What Is Calcium Carbonate (CaCO3)?
Calcium carbonate is naturally found in rock and mineral formations. (Four percent of the Earth’s crust is comprised of the substance.) Calcium carbonate is slightly water soluble, and is thereby leached into natural water systems, resulting in “hard” water. Limestone and chalk are comprised of calcium carbonate– as are coral reefs. The mineral is typically procured via mining and quarrying. Calcium carbonate exists as limestone, chalk, and dolomite, and typically includes impurities like clay.
Lauded among many industries for its use, calcium carbonate is a keyplayer in the following industries:
1. Calcium Carbonate in the Garden
The foremost ingredient in garden lime (commonly referred to as agricultural lime) that is responsible for sedating harmful soil acidity is calcium carbonate. The compound also improves the quality of the soil for surrounding plant life. Calcium carbonate (as you may have guessed) bestows plants with a (1) healthy source of calcium, (2) pH balancing properties, (3) increases water retention ability within acidic soils, and (4) encourages absorption of crucial nutrients including nitrogen, potassium, and phosphorus despite being rooted in acidic soils.
2. Calcium Carbonate’s Role in Construction & Cement Making
Did you know you walk on calcium carbonate every day? Calcium carbonate is a keystone building material in the construction industry, largely leveraged in cement production. The substance is typically utilized in its limestone state for these purposes. In addition to cement constructs, calcium carbonate is relied upon heavily in laying the foundation for road construction. The substance is frequently used to help soil firm up, allowing for the erection of bridges, homes, and towering edifices.
Large clusters of calcium carbonate are typically used to satisfy a need for considerable aggregates; reacting with soil, lime helps clay to cement (almost literally) and create tighter compounds.

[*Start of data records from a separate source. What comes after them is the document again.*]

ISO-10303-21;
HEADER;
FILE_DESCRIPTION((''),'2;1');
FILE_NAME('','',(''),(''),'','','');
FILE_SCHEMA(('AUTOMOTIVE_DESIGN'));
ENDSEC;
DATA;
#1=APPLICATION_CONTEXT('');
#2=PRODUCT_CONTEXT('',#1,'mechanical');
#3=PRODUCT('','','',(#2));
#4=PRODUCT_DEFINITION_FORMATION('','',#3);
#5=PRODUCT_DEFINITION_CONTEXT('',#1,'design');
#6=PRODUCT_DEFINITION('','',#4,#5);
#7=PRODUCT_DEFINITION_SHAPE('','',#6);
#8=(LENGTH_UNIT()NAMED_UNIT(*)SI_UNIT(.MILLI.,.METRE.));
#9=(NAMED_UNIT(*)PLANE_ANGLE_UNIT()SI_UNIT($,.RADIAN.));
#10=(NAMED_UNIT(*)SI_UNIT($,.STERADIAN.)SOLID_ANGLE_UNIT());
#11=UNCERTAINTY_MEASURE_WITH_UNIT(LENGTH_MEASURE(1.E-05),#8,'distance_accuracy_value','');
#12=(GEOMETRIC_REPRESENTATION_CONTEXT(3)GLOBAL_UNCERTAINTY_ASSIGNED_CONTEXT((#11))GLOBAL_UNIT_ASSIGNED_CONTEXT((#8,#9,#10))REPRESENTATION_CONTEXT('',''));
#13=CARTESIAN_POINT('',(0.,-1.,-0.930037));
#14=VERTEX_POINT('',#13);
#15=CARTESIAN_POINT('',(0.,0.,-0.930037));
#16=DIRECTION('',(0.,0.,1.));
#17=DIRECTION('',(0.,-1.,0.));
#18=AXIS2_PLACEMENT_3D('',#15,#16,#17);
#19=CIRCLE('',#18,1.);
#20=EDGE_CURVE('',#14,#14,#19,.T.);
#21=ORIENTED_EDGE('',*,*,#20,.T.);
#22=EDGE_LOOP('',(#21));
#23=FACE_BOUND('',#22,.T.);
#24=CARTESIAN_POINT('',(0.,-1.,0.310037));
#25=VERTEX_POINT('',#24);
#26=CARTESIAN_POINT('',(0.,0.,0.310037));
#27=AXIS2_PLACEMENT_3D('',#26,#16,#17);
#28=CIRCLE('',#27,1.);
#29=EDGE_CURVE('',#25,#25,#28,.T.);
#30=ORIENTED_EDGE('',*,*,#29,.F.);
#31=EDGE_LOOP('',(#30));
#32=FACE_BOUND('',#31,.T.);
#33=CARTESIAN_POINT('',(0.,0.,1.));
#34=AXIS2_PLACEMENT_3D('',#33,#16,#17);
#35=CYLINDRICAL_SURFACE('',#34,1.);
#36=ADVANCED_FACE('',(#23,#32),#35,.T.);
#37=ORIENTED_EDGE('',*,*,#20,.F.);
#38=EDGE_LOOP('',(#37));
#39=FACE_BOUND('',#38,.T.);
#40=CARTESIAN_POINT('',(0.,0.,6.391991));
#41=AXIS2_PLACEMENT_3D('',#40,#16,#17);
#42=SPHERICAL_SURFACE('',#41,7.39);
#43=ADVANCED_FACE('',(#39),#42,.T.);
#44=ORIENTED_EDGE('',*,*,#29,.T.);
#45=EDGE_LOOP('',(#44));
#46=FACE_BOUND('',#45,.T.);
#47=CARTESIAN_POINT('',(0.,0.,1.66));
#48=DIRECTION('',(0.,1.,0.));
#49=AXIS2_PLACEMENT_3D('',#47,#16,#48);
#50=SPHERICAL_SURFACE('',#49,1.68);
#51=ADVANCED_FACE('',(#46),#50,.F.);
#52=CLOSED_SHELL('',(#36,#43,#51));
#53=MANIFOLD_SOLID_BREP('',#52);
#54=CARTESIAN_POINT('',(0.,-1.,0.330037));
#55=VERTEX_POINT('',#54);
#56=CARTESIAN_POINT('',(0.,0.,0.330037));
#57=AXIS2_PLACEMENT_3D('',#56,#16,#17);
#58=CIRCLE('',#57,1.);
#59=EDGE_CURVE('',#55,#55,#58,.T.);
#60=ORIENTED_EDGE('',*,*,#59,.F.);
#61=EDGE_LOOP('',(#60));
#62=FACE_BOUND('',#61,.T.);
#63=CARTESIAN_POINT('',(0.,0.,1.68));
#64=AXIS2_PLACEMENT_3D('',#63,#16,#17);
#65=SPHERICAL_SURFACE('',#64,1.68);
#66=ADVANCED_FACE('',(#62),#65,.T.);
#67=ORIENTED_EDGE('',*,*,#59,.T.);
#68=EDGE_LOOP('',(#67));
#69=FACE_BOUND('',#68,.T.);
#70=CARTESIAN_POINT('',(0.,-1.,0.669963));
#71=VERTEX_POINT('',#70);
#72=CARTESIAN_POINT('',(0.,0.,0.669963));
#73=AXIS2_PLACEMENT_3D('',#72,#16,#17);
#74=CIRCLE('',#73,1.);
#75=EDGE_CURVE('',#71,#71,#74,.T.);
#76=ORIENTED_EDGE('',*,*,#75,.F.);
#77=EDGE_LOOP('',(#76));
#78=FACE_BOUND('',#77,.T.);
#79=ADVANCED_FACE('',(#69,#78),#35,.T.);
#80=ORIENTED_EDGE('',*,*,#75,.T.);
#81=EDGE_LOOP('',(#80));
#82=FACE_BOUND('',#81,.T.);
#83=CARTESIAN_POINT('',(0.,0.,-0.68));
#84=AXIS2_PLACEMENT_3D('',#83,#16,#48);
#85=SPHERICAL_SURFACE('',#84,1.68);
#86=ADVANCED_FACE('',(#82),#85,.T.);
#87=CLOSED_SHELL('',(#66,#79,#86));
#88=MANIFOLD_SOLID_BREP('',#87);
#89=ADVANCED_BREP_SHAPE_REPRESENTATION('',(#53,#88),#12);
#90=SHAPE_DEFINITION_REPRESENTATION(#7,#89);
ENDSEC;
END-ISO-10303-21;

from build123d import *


with BuildPart() as part:
    # 草图1 → 旋转1 (revolve)
    with BuildSketch(Plane(origin=(0, 0, 0), x_dir=(0, 0, -1), z_dir=(1, 0, 0)), mode=Mode.PRIVATE) as revolve_1_sk:
        with BuildLine():
            Line((0.930037038, 1), (-0.310037038, 1))
            ThreePointArc((-0.310037038, 1), (-0.064641455, 0.526527408), (0.02, 0))
            Line((0.02, 0), (0.99800863, 0))
            ThreePointArc((0.99800863, 0), (0.98099615, 0.501153703), (0.930037038, 1))
        make_face()
        with BuildLine():
            Line((-0.330037038, 1), (-0.669962962, 1))
            ThreePointArc((-0.669962962, 1), (-0.915358545, 0.526527408), (-1, 0))
            Line((-1, 0), (0, 0))
            ThreePointArc((0, 0), (-0.084641455, 0.526527408), (-0.330037038, 1))
        make_face()
    revolve(revolve_1_sk.sketch.rotate(Axis((0, 0, 1), (0, 0, -1)), 180), axis=Axis((0, 0, 1), (0, 0, -1)))


solid = part.part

Additionally, the firming effect of calcium carbonate allows large construction vehicles to more easily traverse construction worksites.
Expanding upon calcium carbonate’s inclusion in cement production, the principal form utilized in cement preparation is limestone. Cement at its essence is comprised of calcium silicates and calcium sulfate.
3. Use Calcium Carbonate to Combat Acid Rain in Water Systems
Studies show calcium carbonate helps allay the damaging effects of acid rain throughout the entire within river water ecosystems. The United States currently treats acidic waterways with a sprinkling of finely powdered calcium carbonate to neutralize noxious acids. Scandinavia and Scotland also leverage calcium carbonate in this manner. Limestone deposits are used in the treatment of unplanted areas surrounding affected lakes and water bodies. Think of the limestone as a barrier, neutralizing the acidity which may have leached into surrounding soil beds.
4. Living Organisms Need Calcium Carbonate for Bone & Teeth Formation
And you’re one of them! Did you know your teeth and bones are made from a healthy dose of calcium carbonate? Likewise, plants and animals use the mineral to construct their skeletons and shells. Animals most notable for this include snails, coral, pearls, turtles, and other shelled creatures. Calcium carbonate is again redeposited into the soil upon the death of plants and animals hosting the substance.
Factoid: Egg shells are mostly comprised of calcium carbonate. 95 percent, to be exact.